The discriminator is really for the most part the same as any other CNN that I have previously talked about. Of course, there are a few new things that we should talk about. We will use the following code to build the discriminator:
def build_discriminator(img_shape):
input = Input(img_shape)
x =Conv2D(32, kernel_size=3, strides=2, padding="same")(input)
x = LeakyReLU(alpha=0.2)(x)
x = Dropout(0.25)(x)
x = Conv2D(64, kernel_size=3, strides=2, padding="same")(x)
x = ZeroPadding2D(padding=((0, 1), (0, 1)))(x)

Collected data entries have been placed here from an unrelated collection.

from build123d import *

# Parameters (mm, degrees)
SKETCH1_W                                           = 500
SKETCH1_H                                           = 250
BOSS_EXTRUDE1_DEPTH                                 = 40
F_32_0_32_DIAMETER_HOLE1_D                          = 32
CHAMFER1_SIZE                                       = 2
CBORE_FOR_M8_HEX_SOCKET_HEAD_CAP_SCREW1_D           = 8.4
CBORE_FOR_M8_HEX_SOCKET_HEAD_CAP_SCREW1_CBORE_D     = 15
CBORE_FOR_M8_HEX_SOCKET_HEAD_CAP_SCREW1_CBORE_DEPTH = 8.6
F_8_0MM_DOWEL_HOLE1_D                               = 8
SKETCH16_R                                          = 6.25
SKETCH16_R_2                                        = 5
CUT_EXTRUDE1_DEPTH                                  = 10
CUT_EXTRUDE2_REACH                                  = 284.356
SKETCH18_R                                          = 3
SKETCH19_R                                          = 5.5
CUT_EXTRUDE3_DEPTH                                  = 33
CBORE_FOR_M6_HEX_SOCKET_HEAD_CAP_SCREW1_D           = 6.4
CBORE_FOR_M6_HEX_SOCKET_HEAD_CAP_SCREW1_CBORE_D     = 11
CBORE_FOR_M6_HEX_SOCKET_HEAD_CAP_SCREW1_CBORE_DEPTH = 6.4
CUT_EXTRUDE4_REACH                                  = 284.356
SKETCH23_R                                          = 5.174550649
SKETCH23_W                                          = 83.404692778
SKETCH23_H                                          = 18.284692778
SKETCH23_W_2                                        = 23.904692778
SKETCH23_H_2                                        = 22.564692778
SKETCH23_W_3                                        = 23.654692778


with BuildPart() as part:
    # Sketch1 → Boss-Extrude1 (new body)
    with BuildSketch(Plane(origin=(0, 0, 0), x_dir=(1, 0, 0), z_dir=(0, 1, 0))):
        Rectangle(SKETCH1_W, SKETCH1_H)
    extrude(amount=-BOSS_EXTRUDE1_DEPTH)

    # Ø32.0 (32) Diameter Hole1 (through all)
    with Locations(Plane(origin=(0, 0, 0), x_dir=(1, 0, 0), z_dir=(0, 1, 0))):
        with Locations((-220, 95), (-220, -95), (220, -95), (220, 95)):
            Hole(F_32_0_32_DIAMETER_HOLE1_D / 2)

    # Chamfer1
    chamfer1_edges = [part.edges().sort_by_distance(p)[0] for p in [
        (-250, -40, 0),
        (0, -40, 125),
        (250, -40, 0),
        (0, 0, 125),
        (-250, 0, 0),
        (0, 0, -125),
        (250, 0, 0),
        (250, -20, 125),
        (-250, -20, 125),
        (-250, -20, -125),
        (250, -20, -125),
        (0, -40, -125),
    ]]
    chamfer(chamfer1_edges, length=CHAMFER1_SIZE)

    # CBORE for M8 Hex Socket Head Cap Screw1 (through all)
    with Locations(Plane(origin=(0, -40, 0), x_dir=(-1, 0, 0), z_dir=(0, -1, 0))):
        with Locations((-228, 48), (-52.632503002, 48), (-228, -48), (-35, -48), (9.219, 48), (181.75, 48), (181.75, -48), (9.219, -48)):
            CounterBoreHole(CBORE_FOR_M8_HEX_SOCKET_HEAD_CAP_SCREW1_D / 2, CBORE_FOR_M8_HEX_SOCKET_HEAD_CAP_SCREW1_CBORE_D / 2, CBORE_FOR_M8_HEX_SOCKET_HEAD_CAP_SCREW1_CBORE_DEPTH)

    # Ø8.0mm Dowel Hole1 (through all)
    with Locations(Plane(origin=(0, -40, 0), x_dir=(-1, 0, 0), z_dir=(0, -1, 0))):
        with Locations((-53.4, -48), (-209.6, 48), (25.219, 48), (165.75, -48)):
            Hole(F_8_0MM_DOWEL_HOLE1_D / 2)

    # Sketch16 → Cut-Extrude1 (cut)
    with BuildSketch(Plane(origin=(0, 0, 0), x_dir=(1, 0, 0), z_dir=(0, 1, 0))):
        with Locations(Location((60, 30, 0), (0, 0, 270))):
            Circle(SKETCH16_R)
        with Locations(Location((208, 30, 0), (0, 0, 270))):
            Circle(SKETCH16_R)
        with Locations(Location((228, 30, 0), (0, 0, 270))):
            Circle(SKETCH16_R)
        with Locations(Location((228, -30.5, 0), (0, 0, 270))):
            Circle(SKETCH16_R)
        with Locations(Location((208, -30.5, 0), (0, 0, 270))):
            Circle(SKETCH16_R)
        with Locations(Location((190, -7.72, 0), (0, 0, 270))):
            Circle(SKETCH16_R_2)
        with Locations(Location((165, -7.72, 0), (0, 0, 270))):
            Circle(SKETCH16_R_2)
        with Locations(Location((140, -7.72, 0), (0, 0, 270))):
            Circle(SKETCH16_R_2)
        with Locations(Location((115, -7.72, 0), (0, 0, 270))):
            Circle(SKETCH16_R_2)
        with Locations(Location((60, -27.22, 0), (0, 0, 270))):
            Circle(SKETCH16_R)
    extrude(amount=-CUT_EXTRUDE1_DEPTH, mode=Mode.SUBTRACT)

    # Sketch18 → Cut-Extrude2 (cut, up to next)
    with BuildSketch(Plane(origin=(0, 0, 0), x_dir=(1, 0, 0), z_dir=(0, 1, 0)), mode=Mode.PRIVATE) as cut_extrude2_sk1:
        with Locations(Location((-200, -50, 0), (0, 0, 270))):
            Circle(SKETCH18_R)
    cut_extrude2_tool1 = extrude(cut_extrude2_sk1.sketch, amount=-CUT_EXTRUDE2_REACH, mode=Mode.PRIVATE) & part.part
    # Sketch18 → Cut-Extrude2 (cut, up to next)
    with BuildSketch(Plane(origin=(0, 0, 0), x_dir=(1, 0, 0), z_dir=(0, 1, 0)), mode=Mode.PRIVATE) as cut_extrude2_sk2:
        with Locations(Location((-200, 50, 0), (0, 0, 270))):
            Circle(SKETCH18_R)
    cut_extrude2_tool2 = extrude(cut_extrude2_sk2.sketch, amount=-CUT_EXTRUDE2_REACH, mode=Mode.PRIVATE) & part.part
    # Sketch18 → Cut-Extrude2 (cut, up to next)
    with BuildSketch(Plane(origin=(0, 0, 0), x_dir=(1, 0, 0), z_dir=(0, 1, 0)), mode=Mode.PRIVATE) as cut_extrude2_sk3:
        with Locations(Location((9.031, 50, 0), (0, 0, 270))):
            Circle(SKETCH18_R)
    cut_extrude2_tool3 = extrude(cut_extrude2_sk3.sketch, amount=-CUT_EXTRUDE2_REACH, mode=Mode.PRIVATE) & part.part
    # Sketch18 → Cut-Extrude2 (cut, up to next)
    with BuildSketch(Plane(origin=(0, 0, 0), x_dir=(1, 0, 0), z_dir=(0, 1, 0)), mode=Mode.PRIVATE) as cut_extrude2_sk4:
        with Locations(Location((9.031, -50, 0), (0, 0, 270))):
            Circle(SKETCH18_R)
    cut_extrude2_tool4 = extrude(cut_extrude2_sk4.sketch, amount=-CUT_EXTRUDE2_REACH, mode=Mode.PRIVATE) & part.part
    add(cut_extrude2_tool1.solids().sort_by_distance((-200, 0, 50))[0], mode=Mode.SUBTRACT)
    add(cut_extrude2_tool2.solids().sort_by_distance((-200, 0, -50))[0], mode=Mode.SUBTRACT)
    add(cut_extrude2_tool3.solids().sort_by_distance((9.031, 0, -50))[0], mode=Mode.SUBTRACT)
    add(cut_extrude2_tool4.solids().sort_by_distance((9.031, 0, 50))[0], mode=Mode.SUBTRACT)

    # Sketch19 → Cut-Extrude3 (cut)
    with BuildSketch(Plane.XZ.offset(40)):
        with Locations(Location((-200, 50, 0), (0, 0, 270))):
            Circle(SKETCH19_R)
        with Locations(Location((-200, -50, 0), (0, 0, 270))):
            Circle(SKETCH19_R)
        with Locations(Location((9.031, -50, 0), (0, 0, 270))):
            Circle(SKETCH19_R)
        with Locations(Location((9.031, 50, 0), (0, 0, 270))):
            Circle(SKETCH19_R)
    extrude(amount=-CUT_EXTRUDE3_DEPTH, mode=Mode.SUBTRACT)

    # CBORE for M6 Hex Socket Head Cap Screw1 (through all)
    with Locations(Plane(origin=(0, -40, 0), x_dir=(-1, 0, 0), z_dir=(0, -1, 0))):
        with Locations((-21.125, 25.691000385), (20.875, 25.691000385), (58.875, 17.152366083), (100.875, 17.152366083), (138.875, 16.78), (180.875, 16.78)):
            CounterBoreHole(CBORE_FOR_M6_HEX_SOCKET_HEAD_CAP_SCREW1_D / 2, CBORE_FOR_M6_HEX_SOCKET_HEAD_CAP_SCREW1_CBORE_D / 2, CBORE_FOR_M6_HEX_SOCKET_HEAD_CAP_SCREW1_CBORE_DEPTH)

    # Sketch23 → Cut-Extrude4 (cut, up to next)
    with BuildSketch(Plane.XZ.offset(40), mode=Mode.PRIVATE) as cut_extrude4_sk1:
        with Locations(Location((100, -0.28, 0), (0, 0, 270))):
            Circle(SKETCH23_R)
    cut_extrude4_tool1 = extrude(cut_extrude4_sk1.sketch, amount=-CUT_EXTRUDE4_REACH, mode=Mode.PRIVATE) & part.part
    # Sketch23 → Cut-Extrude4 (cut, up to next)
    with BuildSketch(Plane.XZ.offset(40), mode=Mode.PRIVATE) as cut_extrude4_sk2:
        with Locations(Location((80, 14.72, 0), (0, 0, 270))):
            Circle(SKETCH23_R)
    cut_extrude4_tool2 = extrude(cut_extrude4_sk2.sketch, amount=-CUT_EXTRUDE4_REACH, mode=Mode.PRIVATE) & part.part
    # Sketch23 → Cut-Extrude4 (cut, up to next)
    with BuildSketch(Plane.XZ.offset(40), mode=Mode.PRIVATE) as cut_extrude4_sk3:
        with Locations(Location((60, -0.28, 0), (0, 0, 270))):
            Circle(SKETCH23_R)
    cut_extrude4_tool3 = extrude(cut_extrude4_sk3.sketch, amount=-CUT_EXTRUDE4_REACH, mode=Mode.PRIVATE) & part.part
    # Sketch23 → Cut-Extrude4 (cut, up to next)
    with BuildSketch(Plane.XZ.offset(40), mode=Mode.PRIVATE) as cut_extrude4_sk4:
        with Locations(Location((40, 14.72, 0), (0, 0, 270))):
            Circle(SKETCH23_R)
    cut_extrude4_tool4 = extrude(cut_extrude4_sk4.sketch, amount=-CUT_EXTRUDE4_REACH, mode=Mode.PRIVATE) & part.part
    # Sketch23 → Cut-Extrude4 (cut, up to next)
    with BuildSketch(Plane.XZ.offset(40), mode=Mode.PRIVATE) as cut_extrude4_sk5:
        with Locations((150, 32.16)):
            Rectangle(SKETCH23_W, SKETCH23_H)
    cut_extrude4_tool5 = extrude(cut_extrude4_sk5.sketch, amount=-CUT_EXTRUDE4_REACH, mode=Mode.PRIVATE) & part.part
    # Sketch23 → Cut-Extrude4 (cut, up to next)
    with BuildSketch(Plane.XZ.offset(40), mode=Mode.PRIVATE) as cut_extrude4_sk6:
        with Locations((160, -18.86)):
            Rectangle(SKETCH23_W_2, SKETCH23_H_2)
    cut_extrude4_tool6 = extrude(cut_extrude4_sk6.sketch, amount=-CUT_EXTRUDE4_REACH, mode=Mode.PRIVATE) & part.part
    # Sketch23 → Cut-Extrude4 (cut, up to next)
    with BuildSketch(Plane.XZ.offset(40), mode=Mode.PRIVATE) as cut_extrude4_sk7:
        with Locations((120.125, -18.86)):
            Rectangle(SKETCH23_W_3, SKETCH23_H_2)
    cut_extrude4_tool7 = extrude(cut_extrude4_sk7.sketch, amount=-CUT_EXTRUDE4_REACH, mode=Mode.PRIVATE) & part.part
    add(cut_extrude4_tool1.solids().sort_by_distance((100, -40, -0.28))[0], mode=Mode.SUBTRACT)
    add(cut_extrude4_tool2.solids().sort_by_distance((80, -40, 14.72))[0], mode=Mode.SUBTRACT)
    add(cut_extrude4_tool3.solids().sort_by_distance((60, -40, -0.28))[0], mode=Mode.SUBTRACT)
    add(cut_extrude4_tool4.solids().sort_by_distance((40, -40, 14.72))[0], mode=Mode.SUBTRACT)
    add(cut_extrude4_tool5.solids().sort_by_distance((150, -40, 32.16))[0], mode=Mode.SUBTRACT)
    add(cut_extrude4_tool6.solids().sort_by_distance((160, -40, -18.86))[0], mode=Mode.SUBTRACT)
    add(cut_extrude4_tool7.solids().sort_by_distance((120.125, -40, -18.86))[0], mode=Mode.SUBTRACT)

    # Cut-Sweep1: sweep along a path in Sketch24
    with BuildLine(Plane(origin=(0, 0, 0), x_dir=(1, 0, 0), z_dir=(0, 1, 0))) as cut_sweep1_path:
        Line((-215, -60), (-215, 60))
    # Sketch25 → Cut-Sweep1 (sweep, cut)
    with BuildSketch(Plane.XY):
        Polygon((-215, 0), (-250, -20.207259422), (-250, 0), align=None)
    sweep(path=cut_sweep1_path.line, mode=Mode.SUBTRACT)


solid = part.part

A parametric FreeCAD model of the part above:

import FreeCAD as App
import Part
import Sketcher

V = App.Vector
Q = App.Units.Quantity


def edges_at(feature, points):
    """Names of the edges that pass closest to the given points."""
    edges = feature.Shape.Edges
    near = lambda p: min(range(len(edges)), key=lambda i: edges[i].distToShape(Part.Vertex(*p))[0])
    return sorted({f"Edge{near(p) + 1}" for p in points})


def add_polygon(sketch, points):
    """Adds a closed chain of lines whose ends are joined by coincident constraints."""
    first, n = sketch.GeometryCount, len(points)
    for a, b in zip(points, points[1:] + points[:1]):
        sketch.addGeometry(Part.LineSegment(App.Vector(*a, 0), App.Vector(*b, 0)), False)
    for i in range(n):
        sketch.addConstraint(Sketcher.Constraint("Coincident", first + i, 2, first + (i + 1) % n, 1))

doc = App.newDocument("Part")
body = doc.addObject("PartDesign::Body", "Body")

# Sketch on XZ plane
sketch1 = body.newObject("Sketcher::SketchObject", "Sketch")
sketch1.AttachmentSupport = (doc.getObject("XZ_Plane"), [""])
sketch1.MapMode = "FlatFace"
add_polygon(sketch1, [(-250, -125), (-250, 125), (250, 125), (250, -125)])  # lines 0-3
sketch1.addConstraint(Sketcher.Constraint("Vertical", 0))
sketch1.addConstraint(Sketcher.Constraint("Horizontal", 1))
sketch1.addConstraint(Sketcher.Constraint("Vertical", 2))
sketch1.addConstraint(Sketcher.Constraint("Horizontal", 3))
sketch1.addConstraint(Sketcher.Constraint("Symmetric", 0, 2, 2, 2, -1, 1))
sketch1.addConstraint(Sketcher.Constraint("DistanceX", 1, 1, 1, 2, 500.0))
sketch1.addConstraint(Sketcher.Constraint("DistanceY", 0, 1, 0, 2, 250.0))
pad1 = body.newObject("PartDesign::Pad", "Pad")
pad1.Profile = sketch1
pad1.Length = 40

# Sketch on XZ plane
sketch2 = body.newObject("Sketcher::SketchObject", "Sketch001")
sketch2.AttachmentSupport = (doc.getObject("XZ_Plane"), [""])
sketch2.MapMode = "FlatFace"
sketch2.addGeometry(Part.Circle(V(-220, -95, 0), V(0, 0, 1), 16), False)
sketch2.addGeometry(Part.Circle(V(-220, 95, 0), V(0, 0, 1), 16), False)
sketch2.addGeometry(Part.Circle(V(220, 95, 0), V(0, 0, 1), 16), False)
sketch2.addGeometry(Part.Circle(V(220, -95, 0), V(0, 0, 1), 16), False)
sketch2.addConstraint(Sketcher.Constraint("Equal", 0, 1))
sketch2.addConstraint(Sketcher.Constraint("Equal", 1, 2))
sketch2.addConstraint(Sketcher.Constraint("Equal", 2, 3))
sketch2.addConstraint(Sketcher.Constraint("Symmetric", 0, 3, 2, 3, -1, 1))
sketch2.addConstraint(Sketcher.Constraint("Symmetric", 1, 3, 3, 3, -1, 1))
sketch2.addConstraint(Sketcher.Constraint("Symmetric", 1, 3, 2, 3, -2))
sketch2.addConstraint(Sketcher.Constraint("Diameter", 0, 32.0))
sketch2.addConstraint(Sketcher.Constraint("DistanceX", 0, 3, -1, 1, 220.0))
sketch2.addConstraint(Sketcher.Constraint("DistanceY", 0, 3, -1, 1, 95.0))
doc.recompute()
hole = body.newObject("PartDesign::Hole", "Hole")
hole.Profile = sketch2
hole.ThreadType = "None"
hole.Diameter = 32
hole.DepthType = "ThroughAll"
hole.Reversed = True
doc.recompute()

chamfer = body.newObject("PartDesign::Chamfer", "Chamfer")
chamfer.Base = (hole, edges_at(hole, [
    (-250, -40, 0),
    (0, -40, 125),
    (250, -40, 0),
    (0, 0, 125),
    (-250, 0, 0),
    (0, 0, -125),
    (250, 0, 0),
    (250, -20, 125),
    (-250, -20, 125),
    (-250, -20, -125),
    (250, -20, -125),
    (0, -40, -125),
]))
chamfer.Size = 2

x = (LeakyReLU(alpha=0.2))(x)
x = Dropout(0.25)(x)
x = BatchNormalization(momentum=0.8)(x)
x = Conv2D(128, kernel_size=3, strides=2, padding="same")(x)
x = LeakyReLU(alpha=0.2)(x)
x = Dropout(0.25)(x)
x = BatchNormalization(momentum=0.8)(x)
x = Conv2D(256, kernel_size=3, strides=1, padding="same")(x)
x = LeakyReLU(alpha=0.2)(x)
x = Dropout(0.25)(x)
x = Flatten()(x)
out = Dense(1, activation='sigmoid')(x)
model = Model(input, out)
print("-- Discriminator -- ")
model.summary()
return model
First you might notice the oddly shaped zeroPadding2D() layer. After the second convolution, our tensor has gone from 28 x 28 x 3 to 7 x 7 x 64. This layer just gets us back into an even number, adding zeros on one side of both the rows and columns so that our tensor is now 8 x 8 x 64.
More unusual is the use of both batch normalization and dropout. Typically, these two layers are not used together; however, in the case of GANs, they do seem to benefit the network.